Wineries: don’t waste the wastewater

Hirzel, D. R., Steenwerth, K., Parikh, S. J., and Oberholster, A. (2017). Impact of winery wastewater irrigation on soil, grape and wine composition. Agricultural Water Management: 178-189. DOI:

Wineries and wastewater

Concerns about drought and shortages of clean water are galvanizing wineries to adopt a more sustainable approach to irrigating their vineyards.  One method of current interest is the recovery and reuse of the wastewater that wineries produce.  The production of 1 gallon of wine produces approximately 7 gallons of wastewater, meaning that large-scale wineries would have plenty of wastewater available for their irrigation purposes.  A major obstacle to wastewater reuse that remains, however, is understanding how the waste products in the water could impact the vineyards and ultimately the wine that is produced.  Two main processes contribute to winery wastewater: processing the grapes to be made into wine and cleaning for sanitation purposes.  Wastewater components include grape solids and juices, which serve as the primary sources of potassium cations (K+) in the wastewater, and cleaning chemicals, which deposit sodium cations (Na+) into the wastewater.  Cations are microscopic particles that possess a positive electrical charge.  Winery wastewater is also typically high in organic matter and sugars from the grapes being processed.

Winery drip irrigation
Source: Ben Nelms

Wastewater application implications

Although the materials found in winery wastewater are not necessarily harmful to all aspects of the environment, they can adversely impact the soil.  For example, soil is negatively-charged, meaning that it is capable of holding onto positively charged cations (just like with magnets, opposite charges in soil attract).  The cations in winery wastewater are likely to displace other cations that are already present in and necessary for the soil.  When the soil loses its essential cations, its structure can become disturbed and destabilized.  Disturbed soil structure may inhibit water and oxygen infiltration in the soil, which can impede the growth of grape vine roots.  Cations can also be toxic to vines at high levels and may lead to leaf losses.  Furthermore, studies have shown that the cations in wastewater can negatively impact the quality of the grapes and wines produced.

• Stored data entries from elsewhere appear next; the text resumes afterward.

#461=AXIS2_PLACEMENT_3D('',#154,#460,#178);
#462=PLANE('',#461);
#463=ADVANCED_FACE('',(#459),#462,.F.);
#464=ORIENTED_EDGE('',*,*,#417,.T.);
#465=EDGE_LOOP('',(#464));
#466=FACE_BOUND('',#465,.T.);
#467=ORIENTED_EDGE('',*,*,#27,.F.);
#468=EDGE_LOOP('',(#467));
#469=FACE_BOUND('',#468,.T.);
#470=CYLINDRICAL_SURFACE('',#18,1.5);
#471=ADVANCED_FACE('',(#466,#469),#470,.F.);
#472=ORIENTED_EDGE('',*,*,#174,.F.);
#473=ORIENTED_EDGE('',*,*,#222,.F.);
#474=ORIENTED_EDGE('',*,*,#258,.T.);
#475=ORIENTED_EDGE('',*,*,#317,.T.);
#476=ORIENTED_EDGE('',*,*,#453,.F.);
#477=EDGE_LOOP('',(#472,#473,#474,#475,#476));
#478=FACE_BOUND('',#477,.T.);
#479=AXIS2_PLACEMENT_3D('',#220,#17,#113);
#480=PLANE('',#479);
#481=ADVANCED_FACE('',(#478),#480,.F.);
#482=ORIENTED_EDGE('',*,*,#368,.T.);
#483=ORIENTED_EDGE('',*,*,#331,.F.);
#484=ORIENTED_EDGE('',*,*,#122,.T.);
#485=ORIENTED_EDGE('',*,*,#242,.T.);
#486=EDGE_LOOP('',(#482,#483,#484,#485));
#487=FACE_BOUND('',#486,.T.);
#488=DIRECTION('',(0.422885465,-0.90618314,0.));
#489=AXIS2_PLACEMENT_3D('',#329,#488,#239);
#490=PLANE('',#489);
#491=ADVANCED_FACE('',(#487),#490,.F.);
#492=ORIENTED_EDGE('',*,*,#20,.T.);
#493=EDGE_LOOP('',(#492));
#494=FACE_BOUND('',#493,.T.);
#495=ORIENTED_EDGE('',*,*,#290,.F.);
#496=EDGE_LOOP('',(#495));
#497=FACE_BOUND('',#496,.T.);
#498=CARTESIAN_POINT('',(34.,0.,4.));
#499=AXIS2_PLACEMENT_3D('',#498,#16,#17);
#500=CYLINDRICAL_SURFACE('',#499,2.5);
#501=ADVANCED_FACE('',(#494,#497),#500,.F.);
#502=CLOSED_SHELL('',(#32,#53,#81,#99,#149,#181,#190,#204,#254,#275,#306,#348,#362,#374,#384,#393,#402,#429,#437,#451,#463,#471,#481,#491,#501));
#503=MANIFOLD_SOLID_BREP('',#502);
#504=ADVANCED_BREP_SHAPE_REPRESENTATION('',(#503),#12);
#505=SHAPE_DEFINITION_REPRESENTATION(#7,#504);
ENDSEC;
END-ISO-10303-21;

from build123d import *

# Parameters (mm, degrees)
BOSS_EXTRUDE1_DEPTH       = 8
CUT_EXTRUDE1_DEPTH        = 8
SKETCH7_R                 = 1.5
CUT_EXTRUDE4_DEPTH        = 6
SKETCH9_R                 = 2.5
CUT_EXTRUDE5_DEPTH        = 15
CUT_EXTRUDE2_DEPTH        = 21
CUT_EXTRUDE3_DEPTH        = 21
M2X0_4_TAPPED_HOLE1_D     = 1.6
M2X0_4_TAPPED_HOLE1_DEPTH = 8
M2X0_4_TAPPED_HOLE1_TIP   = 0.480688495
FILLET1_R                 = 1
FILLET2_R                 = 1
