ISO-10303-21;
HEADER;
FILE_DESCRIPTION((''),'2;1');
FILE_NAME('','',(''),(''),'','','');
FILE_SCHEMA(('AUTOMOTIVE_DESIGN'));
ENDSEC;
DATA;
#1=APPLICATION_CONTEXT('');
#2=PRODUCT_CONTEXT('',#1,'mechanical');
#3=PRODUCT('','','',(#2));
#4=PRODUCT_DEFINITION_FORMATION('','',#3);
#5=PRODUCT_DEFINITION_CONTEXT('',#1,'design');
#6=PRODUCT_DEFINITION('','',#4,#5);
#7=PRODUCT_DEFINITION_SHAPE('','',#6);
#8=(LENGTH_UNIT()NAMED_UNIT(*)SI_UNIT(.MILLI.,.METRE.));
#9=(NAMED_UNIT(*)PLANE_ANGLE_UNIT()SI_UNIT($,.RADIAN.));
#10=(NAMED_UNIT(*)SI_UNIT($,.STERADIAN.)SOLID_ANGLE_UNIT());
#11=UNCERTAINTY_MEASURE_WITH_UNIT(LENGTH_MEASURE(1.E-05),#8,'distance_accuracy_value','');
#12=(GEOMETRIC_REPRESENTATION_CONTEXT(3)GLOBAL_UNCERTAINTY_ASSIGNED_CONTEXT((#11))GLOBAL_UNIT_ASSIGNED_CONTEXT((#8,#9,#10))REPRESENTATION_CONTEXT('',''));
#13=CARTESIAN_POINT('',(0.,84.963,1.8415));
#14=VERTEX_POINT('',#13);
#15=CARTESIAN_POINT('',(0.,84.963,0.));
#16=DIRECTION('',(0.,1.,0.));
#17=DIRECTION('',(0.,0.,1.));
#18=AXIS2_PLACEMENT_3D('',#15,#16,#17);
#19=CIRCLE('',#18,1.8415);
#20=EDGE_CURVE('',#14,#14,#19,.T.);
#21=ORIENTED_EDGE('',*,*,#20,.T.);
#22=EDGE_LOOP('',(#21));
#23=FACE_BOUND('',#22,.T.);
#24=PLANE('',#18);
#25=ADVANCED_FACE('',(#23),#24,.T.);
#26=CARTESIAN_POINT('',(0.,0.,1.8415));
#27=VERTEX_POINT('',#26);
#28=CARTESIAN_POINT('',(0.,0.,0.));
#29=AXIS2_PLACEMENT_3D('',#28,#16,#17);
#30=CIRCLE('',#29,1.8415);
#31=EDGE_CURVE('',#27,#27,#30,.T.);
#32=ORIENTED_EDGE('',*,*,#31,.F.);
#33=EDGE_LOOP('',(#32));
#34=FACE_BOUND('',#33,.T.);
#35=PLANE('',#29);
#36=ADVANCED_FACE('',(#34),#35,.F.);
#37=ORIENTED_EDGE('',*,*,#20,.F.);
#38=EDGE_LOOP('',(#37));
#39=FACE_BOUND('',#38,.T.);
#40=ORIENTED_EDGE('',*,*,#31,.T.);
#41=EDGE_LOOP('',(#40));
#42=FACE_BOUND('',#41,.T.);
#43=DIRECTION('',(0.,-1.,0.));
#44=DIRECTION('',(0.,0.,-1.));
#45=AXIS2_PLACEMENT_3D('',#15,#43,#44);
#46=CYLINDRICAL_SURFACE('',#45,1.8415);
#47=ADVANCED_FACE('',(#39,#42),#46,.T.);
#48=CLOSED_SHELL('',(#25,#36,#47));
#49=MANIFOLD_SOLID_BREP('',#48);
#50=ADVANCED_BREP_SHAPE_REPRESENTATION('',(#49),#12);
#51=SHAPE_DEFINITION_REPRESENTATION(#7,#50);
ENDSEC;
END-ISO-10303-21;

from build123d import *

# Parameters (mm, degrees)
SKETCH1_R           = 1.8415
BOSS_EXTRUDE1_DEPTH = 84.963


with BuildPart() as part:
    # Sketch1 → Boss-Extrude1 (new body)
    with BuildSketch(Plane(origin=(0, 0, 0), x_dir=(1, 0, 0), z_dir=(0, 1, 0))):
        Circle(SKETCH1_R)
    extrude(amount=BOSS_EXTRUDE1_DEPTH)


solid = part.part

Vitis vinifera cv. Cabernet Sauvignon
Source: Cantu Lab at UC Davis

Study design

A recent study investigated the implications of irrigating with recovered wastewater compared to conventional irrigation methods at two large-scale wineries in Northern California.  The two sites had slightly different soil characteristics; Site A was built on fairly slow-draining soils, while Site B was built on better-drained soils.  Site A grows Vitis vinifera cv. Cabernet Sauvignon grapes and had only been treated with wastewater for 3 years, while Site B grows Vitis vinifera cv. Sauvignon blanc grapes and had been treated with wastewater for 21 years.  Both sites also treated a portion of their vines with well water (conventional irrigation methods).  Researchers investigated parameters of the irrigation water, soil, vine leaves, grapes, and wine from the vineyards’ wastewater-treated and well water-treated portions and analyzed the differences between the two treatments.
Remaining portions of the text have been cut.